TCL max size of array

2019-02-17 12:58发布

问题:

I'm working on an engineering application, and the interface is written in TCL TK.

Everything went fine until I need to use a (extremely) large array. 370.000.000 of elements, each element from 2 to 10 characters length (linear grown).

My question is, ¿where is the size limit for TCL arrays? I've been reading and investigating and the only I've found is "2GB" of string data, but I dont know if it's reliable because it doesn't explain the reason.

I did an experiment:

set lista [list ]
catch {
    for {set i 0} {$i < 370000000} {incr i} {
        lappend lista $i
    }
}
puts $i

returns $i = 50.000.000 more or less on a 32 bits Windows 7

回答1:

It's a bit complicated to explain. The 2GB limit comes from the low-level memory allocator, which has a size limit because it uses a signed 32-bit integer to describe how much memory to allocate. That was fine on 32-bit systems, but it's an open bug (which might be assigned to me) that it's still true on 64-bit systems; the right type in the C API is actually ssize_t (yeah, still signed; negative values are used for signalling) but fixing it completely wrecks a lot of API, so it requires a major version change to sort out.

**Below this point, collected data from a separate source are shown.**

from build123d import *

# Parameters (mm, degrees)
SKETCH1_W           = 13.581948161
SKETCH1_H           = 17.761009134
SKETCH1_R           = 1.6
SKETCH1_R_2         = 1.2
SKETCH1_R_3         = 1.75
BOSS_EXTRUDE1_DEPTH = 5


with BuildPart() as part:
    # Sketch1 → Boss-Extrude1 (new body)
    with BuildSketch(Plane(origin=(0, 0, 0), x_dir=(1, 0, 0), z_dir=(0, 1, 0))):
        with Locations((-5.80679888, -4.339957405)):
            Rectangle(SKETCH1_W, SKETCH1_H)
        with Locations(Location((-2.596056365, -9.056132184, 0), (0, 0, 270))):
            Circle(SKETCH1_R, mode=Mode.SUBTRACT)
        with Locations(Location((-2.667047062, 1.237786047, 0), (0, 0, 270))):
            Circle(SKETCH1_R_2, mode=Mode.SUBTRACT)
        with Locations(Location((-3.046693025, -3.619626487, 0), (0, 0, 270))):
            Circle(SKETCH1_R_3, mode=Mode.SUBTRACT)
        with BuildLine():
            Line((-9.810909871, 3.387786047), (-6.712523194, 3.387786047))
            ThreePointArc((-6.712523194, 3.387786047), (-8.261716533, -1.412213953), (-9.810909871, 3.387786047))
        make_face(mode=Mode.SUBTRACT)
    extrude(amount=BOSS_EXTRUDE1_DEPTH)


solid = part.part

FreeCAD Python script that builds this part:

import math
import FreeCAD as App
import Part
import Sketcher


def add_polygon(sketch, points):
    """Adds a closed chain of lines whose ends are joined by coincident constraints."""
    first, n = sketch.GeometryCount, len(points)
    for a, b in zip(points, points[1:] + points[:1]):
        sketch.addGeometry(Part.LineSegment(App.Vector(*a, 0), App.Vector(*b, 0)), False)
    for i in range(n):
        sketch.addConstraint(Sketcher.Constraint("Coincident", first + i, 2, first + (i + 1) % n, 1))

doc = App.newDocument("Part")
params = doc.addObject("Spreadsheet::Sheet", "Params")
for row, (alias, value) in enumerate([
    ("sketch1_diameter", "3.2 mm"),
    ("sketch1_diameter2", "3.5 mm"),
    ("sketch1_diameter3", "2.4 mm"),
    ("sketch1_radius", "2.65 mm"),
    ("sketch1_height", "2.15 mm"),
    ("pad1_length", "5 mm"),
], start=1):
    params.set(f"A{row}", alias)
    params.set(f"B{row}", "=" + value)
    params.setAlias(f"B{row}", alias)

body = doc.addObject("PartDesign::Body", "Body")

# Sketch on XZ plane
sketch1 = body.newObject("Sketcher::SketchObject", "Sketch")
sketch1.AttachmentSupport = (doc.getObject("XZ_Plane"), [""])
sketch1.MapMode = "FlatFace"
add_polygon(sketch1, [(-12.6, -4.5), (-12.6, 13.2), (1, 13.2), (1, -4.5)])  # lines 0-3
sketch1.addGeometry(Part.Circle(App.Vector(-2.6, 9.1, 0), App.Vector(0, 0, 1), 1.6), False)  # 4
sketch1.addGeometry(Part.ArcOfCircle(Part.Circle(App.Vector(-8.3, -1.2, 0), App.Vector(0, 0, 1), 2.6), math.radians(-54), math.radians(234)), False)  # 5
sketch1.addGeometry(Part.LineSegment(App.Vector(-9.8, -3.4, 0), App.Vector(-6.7, -3.4, 0)), False)  # 6
sketch1.addGeometry(Part.Circle(App.Vector(-3, 3.6, 0), App.Vector(0, 0, 1), 1.8), False)  # 7
sketch1.addGeometry(Part.Circle(App.Vector(-2.7, -1.2, 0), App.Vector(0, 0, 1), 1.2), False)  # 8
sketch1.addConstraint(Sketcher.Constraint("Coincident", 5, 1, 6, 2))
sketch1.addConstraint(Sketcher.Constraint("Coincident", 6, 1, 5, 2))
sketch1.addConstraint(Sketcher.Constraint("Vertical", 0))
sketch1.addConstraint(Sketcher.Constraint("Horizontal", 1))
sketch1.addConstraint(Sketcher.Constraint("Vertical", 2))
sketch1.addConstraint(Sketcher.Constraint("Horizontal", 3))
sketch1.addConstraint(Sketcher.Constraint("Horizontal", 6))
sketch1.addConstraint(Sketcher.Constraint("Horizontal", 5, 3, 8, 3))
sketch1.addConstraint(Sketcher.Constraint("Diameter", 4, 3.2))
sketch1.addConstraint(Sketcher.Constraint("Diameter", 7, 3.5))
sketch1.addConstraint(Sketcher.Constraint("Diameter", 8, 2.4))
sketch1.addConstraint(Sketcher.Constraint("Radius", 5, 2.65))
sketch1.addConstraint(Sketcher.Constraint("DistanceY", 5, 1, 5, 3, 2.15))
sketch1.addConstraint(Sketcher.Constraint("DistanceX", 1, 1, 1, 2, 13.581948))
sketch1.addConstraint(Sketcher.Constraint("DistanceY", 0, 1, 0, 2, 17.761009))
sketch1.addConstraint(Sketcher.Constraint("DistanceX", 5, 1, 2, 2, 7.696698))
sketch1.addConstraint(Sketcher.Constraint("DistanceY", -1, 1, 0, 2, 13.220462))
sketch1.addConstraint(Sketcher.Constraint("DistanceX", 6, 1, -1, 1, 9.81091))
sketch1.addConstraint(Sketcher.Constraint("DistanceX", 5, 3, 4, 3, 5.66566))
sketch1.addConstraint(Sketcher.Constraint("DistanceY", 5, 3, 4, 3, 10.293918))
sketch1.addConstraint(Sketcher.Constraint("DistanceX", 5, 3, 8, 3, 5.594669))
sketch1.addConstraint(Sketcher.Constraint("DistanceY", 4, 3, 0, 2, 4.16433))
sketch1.addConstraint(Sketcher.Constraint("DistanceX", 0, 2, 7, 3, 9.55108))
sketch1.addConstraint(Sketcher.Constraint("DistanceY", -1, 1, 7, 3, 3.619626))
sketch1.setExpression("Constraints[12]", "Params.sketch1_diameter")
sketch1.setExpression("Constraints[13]", "Params.sketch1_diameter2")
sketch1.setExpression("Constraints[14]", "Params.sketch1_diameter3")
sketch1.setExpression("Constraints[15]", "Params.sketch1_radius")
sketch1.setExpression("Constraints[16]", "Params.sketch1_height")
pad1 = body.newObject("PartDesign::Pad", "Pad")
pad1.Profile = sketch1
pad1.setExpression("Length", "Params.pad1_length")
pad1.Reversed = True

doc.recompute()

But the maximum size of a list is something else. That is fundamentally linked to a combination of a few things. Firstly, there's the maximum size of memory structure that can be allocated (the 2GB limit) which means that you probably can't reliably get more than 256M elements in a list on a 64-bit system. Then there's the total number of items allocated, though that's less of a problem in practice, particularly if you actually put items in the list multiple times (as they share references). Finally, there's the size of the string representation of the list: if you're generating that a lot, you're doing it wrong anyway, but that would be the real limiting factor in your example if you were creating it (as that will hit the 2GB limit sooner).

The actual point where you hit the memory limit might be lower, depending on when your system starts to deny requests to allocate memory. That's all up to the OS, which tends to base its decision on what else is going on on the system, so it's incredibly hard to give any kind of general rule there. My (64-bit, OSX) system took ages, but succeeded in running your sample code:

$ tclsh8.6
% eval {
set lista [list ]
catch {
    for {set i 0} {$i < 370000000} {incr i} {
        lappend lista $i
    }
}
puts $i
}
370000000
% llength $lista
370000000
% unset lista
% exit

The llength was the only truly quick operation (since it could pull the length out of the list metadata). The unset took ages. The exit was pretty quick, but took a few seconds.